Task details: Output nothing but the lines from the first line of the entries to the line with "f 316 314 42", inclusive, exactly as they read.

========

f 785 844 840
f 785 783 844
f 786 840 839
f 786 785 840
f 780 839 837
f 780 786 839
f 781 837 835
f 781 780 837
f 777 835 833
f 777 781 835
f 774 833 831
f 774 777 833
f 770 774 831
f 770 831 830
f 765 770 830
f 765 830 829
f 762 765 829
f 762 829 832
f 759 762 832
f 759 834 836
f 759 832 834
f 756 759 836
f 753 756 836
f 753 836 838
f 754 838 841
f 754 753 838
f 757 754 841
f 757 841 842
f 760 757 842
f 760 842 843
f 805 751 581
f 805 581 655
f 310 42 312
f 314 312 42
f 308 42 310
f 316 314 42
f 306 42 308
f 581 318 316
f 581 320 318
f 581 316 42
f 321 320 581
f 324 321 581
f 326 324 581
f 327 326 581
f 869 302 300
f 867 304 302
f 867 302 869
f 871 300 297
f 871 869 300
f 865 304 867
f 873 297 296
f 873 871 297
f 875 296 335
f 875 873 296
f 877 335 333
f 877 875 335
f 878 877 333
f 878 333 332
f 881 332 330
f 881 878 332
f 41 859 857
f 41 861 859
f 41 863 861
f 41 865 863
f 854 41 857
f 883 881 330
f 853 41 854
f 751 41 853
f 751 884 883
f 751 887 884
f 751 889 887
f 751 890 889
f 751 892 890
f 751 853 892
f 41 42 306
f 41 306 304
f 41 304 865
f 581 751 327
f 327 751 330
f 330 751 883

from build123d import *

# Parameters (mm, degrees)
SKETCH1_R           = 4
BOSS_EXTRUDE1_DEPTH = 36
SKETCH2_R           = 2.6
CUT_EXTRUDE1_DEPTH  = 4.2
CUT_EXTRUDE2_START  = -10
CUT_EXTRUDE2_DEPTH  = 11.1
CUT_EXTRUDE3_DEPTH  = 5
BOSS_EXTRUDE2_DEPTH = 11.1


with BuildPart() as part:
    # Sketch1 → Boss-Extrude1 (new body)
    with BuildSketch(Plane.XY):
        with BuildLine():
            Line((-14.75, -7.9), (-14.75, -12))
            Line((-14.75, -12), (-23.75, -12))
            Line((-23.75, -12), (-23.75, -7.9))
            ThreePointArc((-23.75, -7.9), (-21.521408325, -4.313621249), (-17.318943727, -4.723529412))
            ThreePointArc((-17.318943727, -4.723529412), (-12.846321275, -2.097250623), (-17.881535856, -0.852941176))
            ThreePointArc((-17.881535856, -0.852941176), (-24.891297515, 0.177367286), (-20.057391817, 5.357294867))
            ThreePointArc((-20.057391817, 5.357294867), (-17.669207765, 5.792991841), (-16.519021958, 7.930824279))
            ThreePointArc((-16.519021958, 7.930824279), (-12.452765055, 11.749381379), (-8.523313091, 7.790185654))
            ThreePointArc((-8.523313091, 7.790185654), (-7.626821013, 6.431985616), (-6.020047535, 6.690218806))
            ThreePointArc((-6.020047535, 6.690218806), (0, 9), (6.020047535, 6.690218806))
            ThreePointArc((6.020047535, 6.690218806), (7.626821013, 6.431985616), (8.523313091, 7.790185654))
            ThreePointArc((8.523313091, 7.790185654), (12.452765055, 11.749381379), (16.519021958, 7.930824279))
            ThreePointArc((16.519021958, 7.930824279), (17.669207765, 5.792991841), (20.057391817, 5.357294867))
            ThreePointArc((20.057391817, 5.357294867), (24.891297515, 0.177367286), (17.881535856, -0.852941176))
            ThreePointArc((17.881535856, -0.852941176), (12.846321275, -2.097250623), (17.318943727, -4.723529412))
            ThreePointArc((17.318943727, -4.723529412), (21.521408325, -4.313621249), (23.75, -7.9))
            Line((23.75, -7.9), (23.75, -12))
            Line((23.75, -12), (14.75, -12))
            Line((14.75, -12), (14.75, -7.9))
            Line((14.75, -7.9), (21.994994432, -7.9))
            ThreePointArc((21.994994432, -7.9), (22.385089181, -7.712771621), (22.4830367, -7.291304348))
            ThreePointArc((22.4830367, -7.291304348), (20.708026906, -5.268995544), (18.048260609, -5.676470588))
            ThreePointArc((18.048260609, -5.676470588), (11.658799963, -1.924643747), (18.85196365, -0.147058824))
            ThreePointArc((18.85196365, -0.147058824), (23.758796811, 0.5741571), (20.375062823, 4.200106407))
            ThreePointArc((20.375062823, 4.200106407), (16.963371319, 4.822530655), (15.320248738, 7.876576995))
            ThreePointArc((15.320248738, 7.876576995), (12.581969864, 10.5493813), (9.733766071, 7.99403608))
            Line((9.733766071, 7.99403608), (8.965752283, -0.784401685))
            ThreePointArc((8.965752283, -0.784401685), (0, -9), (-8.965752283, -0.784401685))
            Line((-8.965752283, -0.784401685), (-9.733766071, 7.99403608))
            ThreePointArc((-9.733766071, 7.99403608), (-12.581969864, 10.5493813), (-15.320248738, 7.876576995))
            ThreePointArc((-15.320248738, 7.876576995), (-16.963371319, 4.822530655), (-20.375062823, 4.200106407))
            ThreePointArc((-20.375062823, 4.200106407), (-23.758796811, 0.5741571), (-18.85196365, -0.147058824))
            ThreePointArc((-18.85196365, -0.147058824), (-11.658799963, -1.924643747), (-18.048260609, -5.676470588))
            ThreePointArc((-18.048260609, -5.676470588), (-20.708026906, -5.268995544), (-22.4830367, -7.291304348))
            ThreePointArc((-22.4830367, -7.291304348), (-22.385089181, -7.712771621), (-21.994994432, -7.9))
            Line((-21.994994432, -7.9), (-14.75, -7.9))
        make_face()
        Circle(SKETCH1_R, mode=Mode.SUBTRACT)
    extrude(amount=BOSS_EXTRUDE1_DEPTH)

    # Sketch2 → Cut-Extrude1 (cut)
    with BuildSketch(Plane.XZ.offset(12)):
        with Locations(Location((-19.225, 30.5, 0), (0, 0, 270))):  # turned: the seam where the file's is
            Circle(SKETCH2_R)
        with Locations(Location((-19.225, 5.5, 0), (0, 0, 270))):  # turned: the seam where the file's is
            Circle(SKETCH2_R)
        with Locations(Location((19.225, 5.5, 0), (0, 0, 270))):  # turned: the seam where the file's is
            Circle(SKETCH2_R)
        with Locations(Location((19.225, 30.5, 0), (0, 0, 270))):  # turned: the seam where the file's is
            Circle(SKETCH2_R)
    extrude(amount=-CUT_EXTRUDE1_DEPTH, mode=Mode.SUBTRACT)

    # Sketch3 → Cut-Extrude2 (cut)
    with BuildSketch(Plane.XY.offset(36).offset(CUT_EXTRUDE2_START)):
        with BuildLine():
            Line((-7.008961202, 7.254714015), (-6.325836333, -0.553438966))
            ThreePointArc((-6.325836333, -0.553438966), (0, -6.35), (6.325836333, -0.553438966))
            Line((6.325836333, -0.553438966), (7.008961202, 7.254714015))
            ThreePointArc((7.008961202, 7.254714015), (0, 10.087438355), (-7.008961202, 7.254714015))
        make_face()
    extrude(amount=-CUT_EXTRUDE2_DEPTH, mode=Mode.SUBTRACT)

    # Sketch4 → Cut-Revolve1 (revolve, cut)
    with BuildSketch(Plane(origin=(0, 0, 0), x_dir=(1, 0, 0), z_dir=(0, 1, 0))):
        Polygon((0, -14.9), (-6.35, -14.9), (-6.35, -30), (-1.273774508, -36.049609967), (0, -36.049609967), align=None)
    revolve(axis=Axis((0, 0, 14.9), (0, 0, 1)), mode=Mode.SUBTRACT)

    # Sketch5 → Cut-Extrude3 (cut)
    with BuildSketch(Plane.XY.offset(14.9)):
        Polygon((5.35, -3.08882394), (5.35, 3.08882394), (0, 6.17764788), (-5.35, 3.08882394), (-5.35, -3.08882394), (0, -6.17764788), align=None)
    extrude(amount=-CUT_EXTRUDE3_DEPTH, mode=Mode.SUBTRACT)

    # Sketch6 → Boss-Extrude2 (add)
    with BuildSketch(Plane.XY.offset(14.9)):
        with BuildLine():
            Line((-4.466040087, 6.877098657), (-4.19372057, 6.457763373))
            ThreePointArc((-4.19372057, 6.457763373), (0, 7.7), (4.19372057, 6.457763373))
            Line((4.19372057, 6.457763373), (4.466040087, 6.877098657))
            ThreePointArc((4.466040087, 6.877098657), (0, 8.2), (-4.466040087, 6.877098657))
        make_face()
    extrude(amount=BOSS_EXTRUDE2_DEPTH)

========

Answer section:
f 785 844 840
f 785 783 844
f 786 840 839
f 786 785 840
f 780 839 837
f 780 786 839
f 781 837 835
f 781 780 837
f 777 835 833
f 777 781 835
f 774 833 831
f 774 777 833
f 770 774 831
f 770 831 830
f 765 770 830
f 765 830 829
f 762 765 829
f 762 829 832
f 759 762 832
f 759 834 836
f 759 832 834
f 756 759 836
f 753 756 836
f 753 836 838
f 754 838 841
f 754 753 838
f 757 754 841
f 757 841 842
f 760 757 842
f 760 842 843
f 805 751 581
f 805 581 655
f 310 42 312
f 314 312 42
f 308 42 310
f 316 314 42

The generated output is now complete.